# TASK BRIEF:
Copy whichever lines of the data hold the word "ThreePointArc".

# RECORDS FOR THE TASK:
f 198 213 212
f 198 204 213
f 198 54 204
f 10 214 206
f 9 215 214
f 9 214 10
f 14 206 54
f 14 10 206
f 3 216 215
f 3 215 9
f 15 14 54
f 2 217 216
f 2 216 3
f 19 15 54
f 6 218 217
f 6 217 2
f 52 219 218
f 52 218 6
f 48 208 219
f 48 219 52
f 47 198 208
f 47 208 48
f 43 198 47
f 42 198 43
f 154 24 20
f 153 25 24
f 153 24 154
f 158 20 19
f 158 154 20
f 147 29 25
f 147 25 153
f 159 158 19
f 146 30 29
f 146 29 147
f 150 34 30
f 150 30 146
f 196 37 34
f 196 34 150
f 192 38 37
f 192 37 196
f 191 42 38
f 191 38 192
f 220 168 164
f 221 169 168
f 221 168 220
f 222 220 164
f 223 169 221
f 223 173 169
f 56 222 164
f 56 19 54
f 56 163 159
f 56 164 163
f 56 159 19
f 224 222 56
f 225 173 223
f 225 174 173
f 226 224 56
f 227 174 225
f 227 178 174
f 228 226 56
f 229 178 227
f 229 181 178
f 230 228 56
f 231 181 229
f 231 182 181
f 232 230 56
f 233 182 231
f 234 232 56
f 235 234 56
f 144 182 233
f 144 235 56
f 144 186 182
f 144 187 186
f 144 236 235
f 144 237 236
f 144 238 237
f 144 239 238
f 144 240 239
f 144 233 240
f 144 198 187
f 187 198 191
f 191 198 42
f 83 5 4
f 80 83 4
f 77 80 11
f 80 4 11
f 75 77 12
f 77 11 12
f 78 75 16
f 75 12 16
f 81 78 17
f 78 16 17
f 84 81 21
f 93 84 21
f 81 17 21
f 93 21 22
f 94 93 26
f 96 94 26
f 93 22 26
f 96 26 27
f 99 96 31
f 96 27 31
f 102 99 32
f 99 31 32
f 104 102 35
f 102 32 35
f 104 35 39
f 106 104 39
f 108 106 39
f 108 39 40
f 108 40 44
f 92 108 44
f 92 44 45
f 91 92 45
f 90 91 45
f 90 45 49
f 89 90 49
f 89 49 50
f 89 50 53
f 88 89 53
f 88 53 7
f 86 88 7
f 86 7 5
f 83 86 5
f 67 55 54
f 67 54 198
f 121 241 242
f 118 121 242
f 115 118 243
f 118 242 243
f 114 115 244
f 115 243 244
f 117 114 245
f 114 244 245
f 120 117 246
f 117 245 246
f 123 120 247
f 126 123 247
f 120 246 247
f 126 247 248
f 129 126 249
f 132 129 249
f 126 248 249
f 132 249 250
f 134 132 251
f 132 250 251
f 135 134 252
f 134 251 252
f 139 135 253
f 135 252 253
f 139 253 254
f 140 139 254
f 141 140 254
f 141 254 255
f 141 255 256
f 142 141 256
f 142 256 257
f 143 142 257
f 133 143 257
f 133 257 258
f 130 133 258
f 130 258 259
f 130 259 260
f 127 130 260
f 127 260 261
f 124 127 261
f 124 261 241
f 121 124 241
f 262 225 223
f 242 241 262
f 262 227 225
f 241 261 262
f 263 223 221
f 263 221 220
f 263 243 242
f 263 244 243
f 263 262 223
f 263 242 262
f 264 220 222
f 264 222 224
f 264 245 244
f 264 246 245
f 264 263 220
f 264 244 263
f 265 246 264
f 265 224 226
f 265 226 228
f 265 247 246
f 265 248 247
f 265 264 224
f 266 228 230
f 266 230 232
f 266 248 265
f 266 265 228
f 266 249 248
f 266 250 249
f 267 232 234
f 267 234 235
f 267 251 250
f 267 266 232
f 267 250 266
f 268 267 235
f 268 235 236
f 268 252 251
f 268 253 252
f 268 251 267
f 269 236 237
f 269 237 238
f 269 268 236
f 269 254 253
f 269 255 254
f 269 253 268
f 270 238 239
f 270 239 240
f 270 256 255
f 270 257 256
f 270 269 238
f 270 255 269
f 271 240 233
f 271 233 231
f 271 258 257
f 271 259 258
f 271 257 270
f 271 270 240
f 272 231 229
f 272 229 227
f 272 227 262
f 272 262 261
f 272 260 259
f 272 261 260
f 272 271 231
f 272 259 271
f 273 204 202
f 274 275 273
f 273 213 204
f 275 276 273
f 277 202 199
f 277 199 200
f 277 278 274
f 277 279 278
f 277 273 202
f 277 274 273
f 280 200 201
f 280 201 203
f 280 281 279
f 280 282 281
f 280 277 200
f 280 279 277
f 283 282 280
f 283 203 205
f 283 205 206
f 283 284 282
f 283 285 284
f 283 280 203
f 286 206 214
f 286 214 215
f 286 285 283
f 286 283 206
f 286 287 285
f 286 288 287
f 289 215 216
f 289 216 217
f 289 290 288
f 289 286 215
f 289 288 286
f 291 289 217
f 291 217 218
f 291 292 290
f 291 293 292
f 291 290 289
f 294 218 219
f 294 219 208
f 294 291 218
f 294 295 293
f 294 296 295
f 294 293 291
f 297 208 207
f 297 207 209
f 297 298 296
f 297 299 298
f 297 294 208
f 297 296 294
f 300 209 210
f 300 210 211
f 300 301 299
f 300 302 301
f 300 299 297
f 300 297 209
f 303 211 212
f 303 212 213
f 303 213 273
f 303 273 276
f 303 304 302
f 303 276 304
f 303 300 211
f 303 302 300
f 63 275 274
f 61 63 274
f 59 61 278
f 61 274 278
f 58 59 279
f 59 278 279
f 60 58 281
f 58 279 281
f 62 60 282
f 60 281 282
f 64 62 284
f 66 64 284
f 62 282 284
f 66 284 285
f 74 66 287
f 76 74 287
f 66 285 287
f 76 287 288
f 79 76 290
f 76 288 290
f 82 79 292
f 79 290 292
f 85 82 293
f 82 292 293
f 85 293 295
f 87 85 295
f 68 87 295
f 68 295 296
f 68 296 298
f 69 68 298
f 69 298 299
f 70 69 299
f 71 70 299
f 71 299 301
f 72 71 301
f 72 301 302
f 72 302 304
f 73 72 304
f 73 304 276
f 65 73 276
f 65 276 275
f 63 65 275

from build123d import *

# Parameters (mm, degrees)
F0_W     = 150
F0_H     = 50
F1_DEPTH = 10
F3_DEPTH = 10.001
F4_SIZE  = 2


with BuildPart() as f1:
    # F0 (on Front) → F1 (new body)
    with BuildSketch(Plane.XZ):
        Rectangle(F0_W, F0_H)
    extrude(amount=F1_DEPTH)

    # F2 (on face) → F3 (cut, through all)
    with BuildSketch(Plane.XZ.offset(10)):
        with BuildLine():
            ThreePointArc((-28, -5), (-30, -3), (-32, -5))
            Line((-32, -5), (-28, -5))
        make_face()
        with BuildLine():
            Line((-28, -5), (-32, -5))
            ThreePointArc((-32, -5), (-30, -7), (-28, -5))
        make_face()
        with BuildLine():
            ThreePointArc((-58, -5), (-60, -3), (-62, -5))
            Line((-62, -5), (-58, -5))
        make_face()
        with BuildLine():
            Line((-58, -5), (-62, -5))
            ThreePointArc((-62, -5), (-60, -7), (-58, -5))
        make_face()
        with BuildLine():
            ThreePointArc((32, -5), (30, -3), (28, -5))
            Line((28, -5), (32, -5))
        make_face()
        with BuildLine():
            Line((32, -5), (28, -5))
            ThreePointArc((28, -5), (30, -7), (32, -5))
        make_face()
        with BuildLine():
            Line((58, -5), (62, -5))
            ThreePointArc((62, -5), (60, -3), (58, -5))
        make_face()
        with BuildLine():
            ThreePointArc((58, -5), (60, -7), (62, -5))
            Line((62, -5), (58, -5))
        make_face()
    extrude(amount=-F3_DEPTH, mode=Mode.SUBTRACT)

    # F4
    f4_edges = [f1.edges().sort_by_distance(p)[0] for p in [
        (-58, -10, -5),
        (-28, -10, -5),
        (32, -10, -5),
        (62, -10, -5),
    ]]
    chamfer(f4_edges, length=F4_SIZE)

# FINISHED TASK:
            ThreePointArc((-28, -5), (-30, -3), (-32, -5))
            ThreePointArc((-32, -5), (-30, -7), (-28, -5))
            ThreePointArc((-58, -5), (-60, -3), (-62, -5))
            ThreePointArc((-62, -5), (-60, -7), (-58, -5))
            ThreePointArc((32, -5), (30, -3), (28, -5))
            ThreePointArc((28, -5), (30, -7), (32, -5))
            ThreePointArc((62, -5), (60, -3), (58, -5))
            ThreePointArc((58, -5), (60, -7), (62, -5))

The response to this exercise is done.